What is being asked: The lines from the first line of the entries through the line containing "v 12.7 -19.05 6.35" are to be repeated exactly, with both of those lines included.

========

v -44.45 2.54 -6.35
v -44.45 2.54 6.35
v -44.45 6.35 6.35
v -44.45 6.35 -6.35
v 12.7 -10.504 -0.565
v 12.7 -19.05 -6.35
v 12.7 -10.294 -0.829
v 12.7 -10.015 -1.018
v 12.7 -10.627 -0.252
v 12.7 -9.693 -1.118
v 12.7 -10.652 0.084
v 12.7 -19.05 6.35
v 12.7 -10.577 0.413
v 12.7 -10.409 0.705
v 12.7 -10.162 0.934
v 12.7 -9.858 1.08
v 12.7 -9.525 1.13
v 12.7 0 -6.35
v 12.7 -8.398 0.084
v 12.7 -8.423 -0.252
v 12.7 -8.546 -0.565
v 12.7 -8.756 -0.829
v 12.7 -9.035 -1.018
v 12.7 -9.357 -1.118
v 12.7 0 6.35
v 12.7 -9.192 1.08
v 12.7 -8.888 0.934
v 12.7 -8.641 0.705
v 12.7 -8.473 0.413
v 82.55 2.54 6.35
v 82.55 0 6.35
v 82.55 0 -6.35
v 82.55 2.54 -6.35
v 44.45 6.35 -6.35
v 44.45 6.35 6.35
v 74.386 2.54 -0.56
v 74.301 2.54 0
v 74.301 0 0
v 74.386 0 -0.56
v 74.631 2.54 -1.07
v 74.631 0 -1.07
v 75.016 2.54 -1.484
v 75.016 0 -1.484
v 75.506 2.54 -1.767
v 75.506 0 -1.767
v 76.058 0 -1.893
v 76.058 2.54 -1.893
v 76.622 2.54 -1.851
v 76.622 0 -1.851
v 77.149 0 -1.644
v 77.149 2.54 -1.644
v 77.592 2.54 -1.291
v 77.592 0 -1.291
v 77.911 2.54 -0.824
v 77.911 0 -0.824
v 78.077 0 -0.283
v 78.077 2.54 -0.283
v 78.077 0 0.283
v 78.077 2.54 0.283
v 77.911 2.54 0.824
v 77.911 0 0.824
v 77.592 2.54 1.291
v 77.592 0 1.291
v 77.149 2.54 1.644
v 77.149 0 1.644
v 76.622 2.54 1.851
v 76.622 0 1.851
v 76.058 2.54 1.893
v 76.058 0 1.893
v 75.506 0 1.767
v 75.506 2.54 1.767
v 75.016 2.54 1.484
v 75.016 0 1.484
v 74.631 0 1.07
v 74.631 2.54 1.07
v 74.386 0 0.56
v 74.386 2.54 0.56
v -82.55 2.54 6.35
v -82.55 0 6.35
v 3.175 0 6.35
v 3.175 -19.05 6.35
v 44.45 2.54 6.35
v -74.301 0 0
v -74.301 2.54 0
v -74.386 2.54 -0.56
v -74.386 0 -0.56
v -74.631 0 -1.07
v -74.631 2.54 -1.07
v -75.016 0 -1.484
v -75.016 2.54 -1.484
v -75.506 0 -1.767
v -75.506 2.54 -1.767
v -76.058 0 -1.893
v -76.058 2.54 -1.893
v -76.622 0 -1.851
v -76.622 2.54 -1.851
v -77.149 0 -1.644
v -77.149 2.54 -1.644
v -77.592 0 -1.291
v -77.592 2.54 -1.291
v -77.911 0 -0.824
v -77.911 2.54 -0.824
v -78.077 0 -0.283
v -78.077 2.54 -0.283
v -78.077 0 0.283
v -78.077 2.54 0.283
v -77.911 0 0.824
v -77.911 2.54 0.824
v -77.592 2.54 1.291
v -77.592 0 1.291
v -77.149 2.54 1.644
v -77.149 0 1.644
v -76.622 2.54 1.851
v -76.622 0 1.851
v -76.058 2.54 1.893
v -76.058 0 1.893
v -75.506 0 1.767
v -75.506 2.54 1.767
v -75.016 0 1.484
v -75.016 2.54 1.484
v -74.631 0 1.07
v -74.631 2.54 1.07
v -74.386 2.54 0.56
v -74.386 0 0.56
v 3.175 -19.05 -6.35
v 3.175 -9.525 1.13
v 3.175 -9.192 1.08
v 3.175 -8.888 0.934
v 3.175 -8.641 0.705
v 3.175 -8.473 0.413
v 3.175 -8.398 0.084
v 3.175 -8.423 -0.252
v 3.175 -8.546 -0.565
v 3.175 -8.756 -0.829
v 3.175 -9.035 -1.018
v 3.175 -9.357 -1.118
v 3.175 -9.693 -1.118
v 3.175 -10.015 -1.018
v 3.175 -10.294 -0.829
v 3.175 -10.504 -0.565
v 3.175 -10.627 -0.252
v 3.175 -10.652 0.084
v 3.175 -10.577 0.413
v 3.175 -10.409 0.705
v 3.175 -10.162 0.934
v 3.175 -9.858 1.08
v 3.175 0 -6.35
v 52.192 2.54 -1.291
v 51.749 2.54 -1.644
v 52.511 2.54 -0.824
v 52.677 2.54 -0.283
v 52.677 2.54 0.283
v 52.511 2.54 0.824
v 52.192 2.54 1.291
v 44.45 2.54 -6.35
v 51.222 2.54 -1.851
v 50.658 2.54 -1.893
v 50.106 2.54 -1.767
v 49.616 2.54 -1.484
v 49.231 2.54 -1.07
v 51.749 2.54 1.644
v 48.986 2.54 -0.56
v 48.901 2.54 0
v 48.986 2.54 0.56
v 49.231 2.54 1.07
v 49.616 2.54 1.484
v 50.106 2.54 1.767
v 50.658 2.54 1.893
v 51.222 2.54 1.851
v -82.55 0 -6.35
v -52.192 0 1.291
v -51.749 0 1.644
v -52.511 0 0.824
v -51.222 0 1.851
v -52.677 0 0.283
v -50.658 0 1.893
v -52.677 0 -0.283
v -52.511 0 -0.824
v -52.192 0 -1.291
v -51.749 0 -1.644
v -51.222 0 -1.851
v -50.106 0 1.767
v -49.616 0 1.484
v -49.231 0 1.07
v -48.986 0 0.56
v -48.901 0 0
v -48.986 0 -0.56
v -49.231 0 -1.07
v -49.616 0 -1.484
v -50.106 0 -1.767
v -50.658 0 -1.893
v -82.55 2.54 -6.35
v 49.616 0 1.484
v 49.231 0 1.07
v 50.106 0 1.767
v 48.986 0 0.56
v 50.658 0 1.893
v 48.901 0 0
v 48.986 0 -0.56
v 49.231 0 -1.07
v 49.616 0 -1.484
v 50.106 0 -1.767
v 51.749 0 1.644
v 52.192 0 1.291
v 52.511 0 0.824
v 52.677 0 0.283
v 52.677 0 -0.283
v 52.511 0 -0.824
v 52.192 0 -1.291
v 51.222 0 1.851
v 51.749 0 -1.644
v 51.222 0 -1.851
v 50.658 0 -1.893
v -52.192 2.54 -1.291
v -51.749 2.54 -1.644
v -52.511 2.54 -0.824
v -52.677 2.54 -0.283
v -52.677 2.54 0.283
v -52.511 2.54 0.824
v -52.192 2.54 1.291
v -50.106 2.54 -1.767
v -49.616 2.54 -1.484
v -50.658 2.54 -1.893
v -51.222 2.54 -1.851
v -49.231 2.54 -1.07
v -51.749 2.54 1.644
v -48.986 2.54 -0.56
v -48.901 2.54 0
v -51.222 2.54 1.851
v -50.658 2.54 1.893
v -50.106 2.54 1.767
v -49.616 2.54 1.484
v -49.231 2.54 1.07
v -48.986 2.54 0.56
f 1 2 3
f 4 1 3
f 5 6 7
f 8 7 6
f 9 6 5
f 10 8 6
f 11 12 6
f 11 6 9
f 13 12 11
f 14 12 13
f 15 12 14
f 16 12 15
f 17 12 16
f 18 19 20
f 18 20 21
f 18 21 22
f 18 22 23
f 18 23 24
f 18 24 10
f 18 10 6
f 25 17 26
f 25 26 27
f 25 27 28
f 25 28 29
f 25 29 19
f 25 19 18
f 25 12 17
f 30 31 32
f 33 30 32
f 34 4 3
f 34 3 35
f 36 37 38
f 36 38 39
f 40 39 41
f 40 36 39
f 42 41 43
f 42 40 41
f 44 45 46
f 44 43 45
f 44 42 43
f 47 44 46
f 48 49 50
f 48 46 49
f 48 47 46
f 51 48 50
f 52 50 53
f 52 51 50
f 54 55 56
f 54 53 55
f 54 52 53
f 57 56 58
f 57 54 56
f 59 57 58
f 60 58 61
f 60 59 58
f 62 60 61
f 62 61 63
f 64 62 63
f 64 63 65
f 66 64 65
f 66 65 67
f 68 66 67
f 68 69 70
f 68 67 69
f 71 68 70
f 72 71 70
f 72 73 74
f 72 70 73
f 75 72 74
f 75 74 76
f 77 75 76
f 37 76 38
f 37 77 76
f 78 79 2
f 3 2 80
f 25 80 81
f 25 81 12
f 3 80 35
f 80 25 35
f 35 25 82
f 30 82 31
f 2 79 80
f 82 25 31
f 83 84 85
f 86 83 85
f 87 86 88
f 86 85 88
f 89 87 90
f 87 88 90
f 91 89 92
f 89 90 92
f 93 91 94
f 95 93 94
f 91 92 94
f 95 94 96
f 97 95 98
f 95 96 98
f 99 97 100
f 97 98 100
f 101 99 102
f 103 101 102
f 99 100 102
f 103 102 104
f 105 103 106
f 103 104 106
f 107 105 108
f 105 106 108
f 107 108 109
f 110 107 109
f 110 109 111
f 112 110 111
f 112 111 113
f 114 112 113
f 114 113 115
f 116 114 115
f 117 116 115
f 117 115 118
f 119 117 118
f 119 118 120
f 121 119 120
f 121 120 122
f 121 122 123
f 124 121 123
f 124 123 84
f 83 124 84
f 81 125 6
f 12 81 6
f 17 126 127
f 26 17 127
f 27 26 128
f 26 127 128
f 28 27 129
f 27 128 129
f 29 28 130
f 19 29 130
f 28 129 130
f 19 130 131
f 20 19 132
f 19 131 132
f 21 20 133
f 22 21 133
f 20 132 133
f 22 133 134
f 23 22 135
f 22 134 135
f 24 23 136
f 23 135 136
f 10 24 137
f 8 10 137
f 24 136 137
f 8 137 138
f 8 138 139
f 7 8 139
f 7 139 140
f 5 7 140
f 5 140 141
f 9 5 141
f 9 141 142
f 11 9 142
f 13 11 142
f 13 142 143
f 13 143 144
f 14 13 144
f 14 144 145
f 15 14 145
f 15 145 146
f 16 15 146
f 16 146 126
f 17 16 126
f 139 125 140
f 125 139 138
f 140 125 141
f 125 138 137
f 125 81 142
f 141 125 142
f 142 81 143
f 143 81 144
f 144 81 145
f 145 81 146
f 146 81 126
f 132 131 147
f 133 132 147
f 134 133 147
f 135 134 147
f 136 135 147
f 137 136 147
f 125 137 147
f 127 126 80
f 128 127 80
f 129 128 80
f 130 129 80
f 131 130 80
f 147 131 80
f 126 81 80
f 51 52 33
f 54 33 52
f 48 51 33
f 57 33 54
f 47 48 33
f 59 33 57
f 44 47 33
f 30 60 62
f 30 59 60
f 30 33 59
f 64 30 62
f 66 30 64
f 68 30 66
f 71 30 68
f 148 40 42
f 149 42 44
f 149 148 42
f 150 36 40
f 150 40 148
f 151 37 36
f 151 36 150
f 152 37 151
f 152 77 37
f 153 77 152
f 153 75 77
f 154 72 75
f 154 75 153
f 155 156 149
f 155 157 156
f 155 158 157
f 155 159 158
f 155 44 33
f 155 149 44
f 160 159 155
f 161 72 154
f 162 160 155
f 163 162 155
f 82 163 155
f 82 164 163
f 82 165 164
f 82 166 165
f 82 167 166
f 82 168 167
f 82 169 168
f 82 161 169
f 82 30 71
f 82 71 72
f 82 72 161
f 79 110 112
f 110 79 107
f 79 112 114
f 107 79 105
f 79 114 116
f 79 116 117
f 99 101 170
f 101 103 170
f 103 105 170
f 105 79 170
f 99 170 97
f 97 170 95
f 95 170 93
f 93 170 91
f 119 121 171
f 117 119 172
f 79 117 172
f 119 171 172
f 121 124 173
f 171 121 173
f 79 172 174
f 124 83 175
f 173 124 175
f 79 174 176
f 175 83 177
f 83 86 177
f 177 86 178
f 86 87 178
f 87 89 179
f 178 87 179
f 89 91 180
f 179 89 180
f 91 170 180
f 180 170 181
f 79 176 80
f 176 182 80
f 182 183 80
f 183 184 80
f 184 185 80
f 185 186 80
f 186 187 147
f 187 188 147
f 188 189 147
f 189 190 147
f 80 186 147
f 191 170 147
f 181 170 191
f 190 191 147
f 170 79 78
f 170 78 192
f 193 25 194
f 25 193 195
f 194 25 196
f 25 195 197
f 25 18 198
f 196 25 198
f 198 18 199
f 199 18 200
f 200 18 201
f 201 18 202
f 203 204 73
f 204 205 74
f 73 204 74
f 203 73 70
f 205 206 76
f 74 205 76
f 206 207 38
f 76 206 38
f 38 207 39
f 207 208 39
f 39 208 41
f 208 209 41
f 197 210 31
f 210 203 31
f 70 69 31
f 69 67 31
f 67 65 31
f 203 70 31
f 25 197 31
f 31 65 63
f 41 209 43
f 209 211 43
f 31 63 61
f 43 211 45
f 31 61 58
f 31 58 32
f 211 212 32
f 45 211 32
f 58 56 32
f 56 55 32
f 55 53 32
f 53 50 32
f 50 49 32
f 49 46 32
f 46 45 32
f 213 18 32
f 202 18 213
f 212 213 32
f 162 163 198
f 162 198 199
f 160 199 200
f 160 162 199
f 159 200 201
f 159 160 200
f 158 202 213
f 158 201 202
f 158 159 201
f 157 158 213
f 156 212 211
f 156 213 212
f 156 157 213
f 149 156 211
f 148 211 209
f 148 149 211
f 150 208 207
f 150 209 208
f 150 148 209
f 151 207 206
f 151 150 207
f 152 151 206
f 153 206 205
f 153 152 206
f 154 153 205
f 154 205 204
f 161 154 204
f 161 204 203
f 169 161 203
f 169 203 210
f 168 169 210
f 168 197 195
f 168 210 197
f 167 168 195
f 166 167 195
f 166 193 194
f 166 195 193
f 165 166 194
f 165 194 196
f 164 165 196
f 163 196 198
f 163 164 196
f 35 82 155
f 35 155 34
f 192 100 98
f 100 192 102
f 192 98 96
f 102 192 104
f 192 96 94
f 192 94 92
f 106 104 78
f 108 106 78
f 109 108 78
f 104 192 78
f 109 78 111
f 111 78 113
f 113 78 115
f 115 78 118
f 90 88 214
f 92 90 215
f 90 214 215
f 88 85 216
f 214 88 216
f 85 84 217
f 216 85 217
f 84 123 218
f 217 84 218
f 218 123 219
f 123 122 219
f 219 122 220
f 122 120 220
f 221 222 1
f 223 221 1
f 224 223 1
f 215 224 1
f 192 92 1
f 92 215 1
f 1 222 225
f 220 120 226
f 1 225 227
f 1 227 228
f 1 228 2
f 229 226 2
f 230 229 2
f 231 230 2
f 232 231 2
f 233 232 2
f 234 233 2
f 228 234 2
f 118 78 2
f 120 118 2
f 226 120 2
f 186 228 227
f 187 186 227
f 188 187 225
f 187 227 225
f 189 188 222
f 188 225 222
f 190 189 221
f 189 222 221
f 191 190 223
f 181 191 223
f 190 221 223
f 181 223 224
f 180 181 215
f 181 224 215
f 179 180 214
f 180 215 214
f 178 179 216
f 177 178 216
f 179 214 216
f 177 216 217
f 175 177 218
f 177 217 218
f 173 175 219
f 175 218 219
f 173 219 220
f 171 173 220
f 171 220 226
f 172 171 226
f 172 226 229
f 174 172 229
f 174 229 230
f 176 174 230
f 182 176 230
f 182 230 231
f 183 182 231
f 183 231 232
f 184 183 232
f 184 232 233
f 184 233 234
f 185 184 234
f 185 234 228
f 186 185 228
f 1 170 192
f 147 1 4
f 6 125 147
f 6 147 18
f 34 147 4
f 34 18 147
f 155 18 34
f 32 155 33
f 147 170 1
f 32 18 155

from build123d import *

# Parameters (mm, degrees)
SKETCH1_W             = 165.1
SKETCH1_H             = 12.7
BOSS_EXTRUDE1_DEPTH   = 6.35
SKETCH2_W             = 38.1
SKETCH2_H             = 3.81
CUT_EXTRUDE1_DEPTH    = 84.762252835
F_6_CLEARANCE_HOLE1_D = 3.7973
SKETCH6_W             = 9.525
SKETCH6_H             = 19.05
BOSS_EXTRUDE2_DEPTH   = 12.7
F_4_40_TAPPED_HOLE1_D = 2.2606


with BuildPart() as part:
    # Sketch1 → Boss-Extrude1 (new body)
    with BuildSketch(Plane(origin=(0, 0, 0), x_dir=(1, 0, 0), z_dir=(0, 1, 0))):
        Rectangle(SKETCH1_W, SKETCH1_H)
    extrude(amount=BOSS_EXTRUDE1_DEPTH)

    # Sketch2 → Cut-Extrude1 (cut, through all)
    with BuildSketch(Plane.XY.offset(6.35)):
        with Locations((-63.5, 4.445)):
            Rectangle(SKETCH2_W, SKETCH2_H)
    cut_extrude1 = extrude(amount=-CUT_EXTRUDE1_DEPTH, mode=Mode.SUBTRACT)

    # #6 Clearance Hole1 (through all)
    with Locations(Plane(origin=(0, 0, 0), x_dir=(-1, 0, 0), z_dir=(0, -1, 0))):
        with Locations((50.8, 0), (76.2, 0)):
            f_6_clearance_hole1 = Hole(F_6_CLEARANCE_HOLE1_D / 2)

    # Mirror1: Cut-Extrude1, #6 Clearance Hole1 across plane
    add(cut_extrude1.mirror(Plane(origin=(0, 0, 0), x_dir=(0, 0, 1), z_dir=(1, 0, 0))), mode=Mode.SUBTRACT)
    add(f_6_clearance_hole1.mirror(Plane(origin=(0, 0, 0), x_dir=(0, 0, 1), z_dir=(1, 0, 0))), mode=Mode.SUBTRACT)

    # Sketch6 → Boss-Extrude2 (add)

========

Reply:
v -44.45 2.54 -6.35
v -44.45 2.54 6.35
v -44.45 6.35 6.35
v -44.45 6.35 -6.35
v 12.7 -10.504 -0.565
v 12.7 -19.05 -6.35
v 12.7 -10.294 -0.829
v 12.7 -10.015 -1.018
v 12.7 -10.627 -0.252
v 12.7 -9.693 -1.118
v 12.7 -10.652 0.084
v 12.7 -19.05 6.35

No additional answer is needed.